Given records:
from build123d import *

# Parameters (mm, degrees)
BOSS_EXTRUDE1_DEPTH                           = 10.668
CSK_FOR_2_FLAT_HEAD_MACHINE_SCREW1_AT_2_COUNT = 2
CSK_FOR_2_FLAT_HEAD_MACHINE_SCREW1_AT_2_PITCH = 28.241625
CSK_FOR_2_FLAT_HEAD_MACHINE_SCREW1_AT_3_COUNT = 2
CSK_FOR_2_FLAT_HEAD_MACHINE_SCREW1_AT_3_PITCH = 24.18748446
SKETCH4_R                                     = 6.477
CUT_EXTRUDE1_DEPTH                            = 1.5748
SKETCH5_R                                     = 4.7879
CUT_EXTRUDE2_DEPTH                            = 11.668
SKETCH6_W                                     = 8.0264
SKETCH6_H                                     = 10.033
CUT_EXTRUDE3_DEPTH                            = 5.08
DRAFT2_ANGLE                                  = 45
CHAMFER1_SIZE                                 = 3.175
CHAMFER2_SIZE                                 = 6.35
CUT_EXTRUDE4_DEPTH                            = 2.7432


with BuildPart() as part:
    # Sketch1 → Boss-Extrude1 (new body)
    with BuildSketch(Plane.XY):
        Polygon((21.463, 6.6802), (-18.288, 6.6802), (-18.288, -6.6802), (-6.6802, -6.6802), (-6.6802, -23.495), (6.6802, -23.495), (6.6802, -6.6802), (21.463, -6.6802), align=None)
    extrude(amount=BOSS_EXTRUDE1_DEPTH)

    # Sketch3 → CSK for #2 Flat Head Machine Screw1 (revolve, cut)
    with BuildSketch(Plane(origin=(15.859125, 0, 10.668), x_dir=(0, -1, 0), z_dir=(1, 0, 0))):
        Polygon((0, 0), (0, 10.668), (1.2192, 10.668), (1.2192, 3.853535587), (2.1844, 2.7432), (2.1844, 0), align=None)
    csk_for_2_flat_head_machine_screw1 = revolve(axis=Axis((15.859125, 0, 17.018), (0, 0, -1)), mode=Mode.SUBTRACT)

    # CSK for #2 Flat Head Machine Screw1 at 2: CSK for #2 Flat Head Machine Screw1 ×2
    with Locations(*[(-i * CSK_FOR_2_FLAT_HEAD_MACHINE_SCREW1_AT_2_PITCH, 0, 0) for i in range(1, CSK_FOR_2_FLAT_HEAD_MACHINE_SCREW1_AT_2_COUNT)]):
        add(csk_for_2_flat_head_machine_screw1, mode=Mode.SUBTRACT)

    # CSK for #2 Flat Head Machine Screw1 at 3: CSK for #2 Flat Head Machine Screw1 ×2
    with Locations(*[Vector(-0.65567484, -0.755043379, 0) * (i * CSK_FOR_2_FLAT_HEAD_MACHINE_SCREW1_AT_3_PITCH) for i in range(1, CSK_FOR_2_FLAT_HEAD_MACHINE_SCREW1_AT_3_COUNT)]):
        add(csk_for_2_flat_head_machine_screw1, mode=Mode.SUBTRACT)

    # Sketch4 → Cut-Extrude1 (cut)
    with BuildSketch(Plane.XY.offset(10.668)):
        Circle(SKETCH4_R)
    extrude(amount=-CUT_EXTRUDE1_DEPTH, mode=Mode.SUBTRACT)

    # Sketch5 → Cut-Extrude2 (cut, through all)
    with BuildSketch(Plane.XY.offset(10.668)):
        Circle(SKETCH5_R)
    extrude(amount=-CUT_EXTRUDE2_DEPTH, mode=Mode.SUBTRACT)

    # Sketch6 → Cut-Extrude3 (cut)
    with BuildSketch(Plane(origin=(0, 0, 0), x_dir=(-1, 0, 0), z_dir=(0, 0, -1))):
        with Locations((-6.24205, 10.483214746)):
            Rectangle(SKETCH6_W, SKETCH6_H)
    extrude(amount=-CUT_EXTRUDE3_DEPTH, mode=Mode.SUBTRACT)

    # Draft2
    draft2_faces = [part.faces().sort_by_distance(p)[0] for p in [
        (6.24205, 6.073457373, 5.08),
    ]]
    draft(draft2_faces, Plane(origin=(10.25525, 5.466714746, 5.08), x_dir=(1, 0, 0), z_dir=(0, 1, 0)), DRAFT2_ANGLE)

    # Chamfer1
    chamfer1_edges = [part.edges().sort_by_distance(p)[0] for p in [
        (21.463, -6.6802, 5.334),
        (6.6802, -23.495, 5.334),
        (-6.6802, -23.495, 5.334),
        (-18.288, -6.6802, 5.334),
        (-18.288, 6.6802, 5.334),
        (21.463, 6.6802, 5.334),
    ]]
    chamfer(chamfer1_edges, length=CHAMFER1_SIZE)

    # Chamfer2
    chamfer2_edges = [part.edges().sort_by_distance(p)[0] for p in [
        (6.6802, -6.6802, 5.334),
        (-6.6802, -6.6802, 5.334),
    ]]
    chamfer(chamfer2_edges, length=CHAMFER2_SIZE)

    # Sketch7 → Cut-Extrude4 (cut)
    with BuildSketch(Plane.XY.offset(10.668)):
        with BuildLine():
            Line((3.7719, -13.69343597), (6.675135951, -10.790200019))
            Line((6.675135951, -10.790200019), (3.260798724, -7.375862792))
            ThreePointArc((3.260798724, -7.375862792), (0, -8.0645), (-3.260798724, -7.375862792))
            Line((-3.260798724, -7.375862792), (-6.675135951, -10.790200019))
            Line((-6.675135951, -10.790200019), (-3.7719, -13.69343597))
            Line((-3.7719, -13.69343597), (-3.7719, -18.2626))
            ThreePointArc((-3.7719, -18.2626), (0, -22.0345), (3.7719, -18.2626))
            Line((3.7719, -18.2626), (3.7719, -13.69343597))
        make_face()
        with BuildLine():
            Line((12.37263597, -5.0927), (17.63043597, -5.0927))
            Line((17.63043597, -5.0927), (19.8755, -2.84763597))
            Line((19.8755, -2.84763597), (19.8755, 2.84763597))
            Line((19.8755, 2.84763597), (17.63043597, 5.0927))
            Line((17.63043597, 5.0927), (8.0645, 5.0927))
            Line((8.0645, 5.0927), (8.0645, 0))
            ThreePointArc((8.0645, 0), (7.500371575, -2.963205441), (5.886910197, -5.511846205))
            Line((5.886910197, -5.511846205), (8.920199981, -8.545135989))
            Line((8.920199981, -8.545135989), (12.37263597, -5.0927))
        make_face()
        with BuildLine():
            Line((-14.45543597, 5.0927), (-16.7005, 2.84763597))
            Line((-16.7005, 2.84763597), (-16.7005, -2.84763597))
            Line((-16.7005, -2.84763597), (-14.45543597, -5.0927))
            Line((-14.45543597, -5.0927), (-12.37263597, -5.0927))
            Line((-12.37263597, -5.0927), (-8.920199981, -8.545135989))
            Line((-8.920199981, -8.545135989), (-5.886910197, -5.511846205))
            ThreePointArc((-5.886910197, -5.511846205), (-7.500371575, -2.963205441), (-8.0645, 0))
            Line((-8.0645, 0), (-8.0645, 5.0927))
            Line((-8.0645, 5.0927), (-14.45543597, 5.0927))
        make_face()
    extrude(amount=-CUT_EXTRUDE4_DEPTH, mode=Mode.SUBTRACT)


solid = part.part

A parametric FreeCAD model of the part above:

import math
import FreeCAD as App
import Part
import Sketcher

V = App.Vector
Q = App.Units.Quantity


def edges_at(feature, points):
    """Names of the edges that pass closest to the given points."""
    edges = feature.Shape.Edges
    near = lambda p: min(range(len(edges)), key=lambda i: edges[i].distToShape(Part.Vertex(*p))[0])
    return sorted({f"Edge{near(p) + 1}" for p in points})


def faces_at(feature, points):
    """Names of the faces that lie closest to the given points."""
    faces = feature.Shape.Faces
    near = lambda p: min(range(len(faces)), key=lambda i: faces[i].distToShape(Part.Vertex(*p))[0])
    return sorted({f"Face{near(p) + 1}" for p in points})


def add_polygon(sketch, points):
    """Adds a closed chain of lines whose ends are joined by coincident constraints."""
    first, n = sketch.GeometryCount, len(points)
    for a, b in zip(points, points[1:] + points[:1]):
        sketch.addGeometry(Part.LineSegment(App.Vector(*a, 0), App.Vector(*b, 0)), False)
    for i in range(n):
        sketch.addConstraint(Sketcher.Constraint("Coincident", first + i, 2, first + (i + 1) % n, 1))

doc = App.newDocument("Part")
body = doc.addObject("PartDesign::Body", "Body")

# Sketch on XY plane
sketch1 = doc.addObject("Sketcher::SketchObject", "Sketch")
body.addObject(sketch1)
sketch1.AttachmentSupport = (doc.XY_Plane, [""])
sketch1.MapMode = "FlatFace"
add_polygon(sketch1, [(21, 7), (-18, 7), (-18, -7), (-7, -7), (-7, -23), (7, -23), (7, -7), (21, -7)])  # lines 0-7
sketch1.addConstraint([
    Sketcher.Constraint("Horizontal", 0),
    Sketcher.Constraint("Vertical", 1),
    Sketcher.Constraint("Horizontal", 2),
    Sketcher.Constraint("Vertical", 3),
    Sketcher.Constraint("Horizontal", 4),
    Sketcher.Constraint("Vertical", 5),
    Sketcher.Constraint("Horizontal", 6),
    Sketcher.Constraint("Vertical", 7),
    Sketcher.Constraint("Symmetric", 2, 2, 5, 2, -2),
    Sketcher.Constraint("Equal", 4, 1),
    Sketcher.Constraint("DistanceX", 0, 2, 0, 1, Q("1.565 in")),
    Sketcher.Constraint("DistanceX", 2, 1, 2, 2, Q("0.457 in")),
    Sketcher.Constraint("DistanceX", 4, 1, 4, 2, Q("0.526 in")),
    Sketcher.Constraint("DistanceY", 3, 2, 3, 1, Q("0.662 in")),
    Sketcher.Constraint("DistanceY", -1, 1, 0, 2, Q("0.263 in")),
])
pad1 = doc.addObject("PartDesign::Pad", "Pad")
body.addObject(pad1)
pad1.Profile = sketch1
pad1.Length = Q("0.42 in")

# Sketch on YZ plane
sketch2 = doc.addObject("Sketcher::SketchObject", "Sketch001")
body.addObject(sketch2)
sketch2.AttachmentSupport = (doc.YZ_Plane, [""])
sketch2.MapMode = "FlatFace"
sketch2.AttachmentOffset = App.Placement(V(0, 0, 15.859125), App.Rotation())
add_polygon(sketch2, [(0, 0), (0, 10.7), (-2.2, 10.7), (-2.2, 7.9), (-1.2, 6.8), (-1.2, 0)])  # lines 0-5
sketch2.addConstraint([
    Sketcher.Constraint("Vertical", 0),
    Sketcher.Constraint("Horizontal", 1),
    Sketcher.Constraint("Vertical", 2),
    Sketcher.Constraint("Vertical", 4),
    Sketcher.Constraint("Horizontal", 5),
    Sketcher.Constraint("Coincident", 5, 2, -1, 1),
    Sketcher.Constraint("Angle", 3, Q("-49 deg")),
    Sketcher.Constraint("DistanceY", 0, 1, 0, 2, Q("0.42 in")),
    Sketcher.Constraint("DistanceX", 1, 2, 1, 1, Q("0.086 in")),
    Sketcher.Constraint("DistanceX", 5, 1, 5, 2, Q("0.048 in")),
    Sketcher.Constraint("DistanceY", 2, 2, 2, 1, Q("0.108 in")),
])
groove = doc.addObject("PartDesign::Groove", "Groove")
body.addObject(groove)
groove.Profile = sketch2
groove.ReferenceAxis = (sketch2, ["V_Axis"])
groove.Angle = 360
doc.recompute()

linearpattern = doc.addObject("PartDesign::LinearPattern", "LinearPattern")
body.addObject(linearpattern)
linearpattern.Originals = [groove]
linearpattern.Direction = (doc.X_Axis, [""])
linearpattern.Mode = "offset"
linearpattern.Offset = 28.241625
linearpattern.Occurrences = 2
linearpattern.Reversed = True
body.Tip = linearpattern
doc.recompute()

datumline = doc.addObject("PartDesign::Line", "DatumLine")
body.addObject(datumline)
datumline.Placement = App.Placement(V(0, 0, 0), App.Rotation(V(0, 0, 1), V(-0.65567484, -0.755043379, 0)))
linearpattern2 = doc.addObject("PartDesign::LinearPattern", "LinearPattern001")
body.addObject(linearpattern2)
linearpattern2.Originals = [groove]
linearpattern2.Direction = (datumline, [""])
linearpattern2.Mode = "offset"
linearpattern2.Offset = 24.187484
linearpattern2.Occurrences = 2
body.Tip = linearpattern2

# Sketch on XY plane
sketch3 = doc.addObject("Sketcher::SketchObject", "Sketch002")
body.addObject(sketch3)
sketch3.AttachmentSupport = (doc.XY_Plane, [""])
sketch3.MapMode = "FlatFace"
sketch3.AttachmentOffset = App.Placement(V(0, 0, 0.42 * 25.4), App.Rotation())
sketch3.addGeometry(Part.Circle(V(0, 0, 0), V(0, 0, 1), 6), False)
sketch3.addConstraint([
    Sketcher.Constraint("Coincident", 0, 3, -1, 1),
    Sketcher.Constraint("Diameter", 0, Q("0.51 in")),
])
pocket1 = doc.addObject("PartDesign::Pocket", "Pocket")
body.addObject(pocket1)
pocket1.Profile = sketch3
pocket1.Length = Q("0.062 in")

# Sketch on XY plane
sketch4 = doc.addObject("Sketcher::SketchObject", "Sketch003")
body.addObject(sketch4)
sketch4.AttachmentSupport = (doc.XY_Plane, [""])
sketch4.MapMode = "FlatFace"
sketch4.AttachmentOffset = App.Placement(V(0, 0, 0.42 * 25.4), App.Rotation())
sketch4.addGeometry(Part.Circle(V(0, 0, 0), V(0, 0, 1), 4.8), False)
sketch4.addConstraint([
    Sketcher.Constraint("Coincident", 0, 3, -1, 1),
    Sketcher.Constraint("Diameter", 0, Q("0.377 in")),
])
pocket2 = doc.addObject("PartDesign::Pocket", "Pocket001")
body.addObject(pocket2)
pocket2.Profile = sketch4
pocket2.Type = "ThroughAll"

About this exercise: Take every line from the records above that has the word "amount" and copy it.

Written answer:
    extrude(amount=BOSS_EXTRUDE1_DEPTH)
    extrude(amount=-CUT_EXTRUDE1_DEPTH, mode=Mode.SUBTRACT)
    extrude(amount=-CUT_EXTRUDE2_DEPTH, mode=Mode.SUBTRACT)
    extrude(amount=-CUT_EXTRUDE3_DEPTH, mode=Mode.SUBTRACT)
    extrude(amount=-CUT_EXTRUDE4_DEPTH, mode=Mode.SUBTRACT)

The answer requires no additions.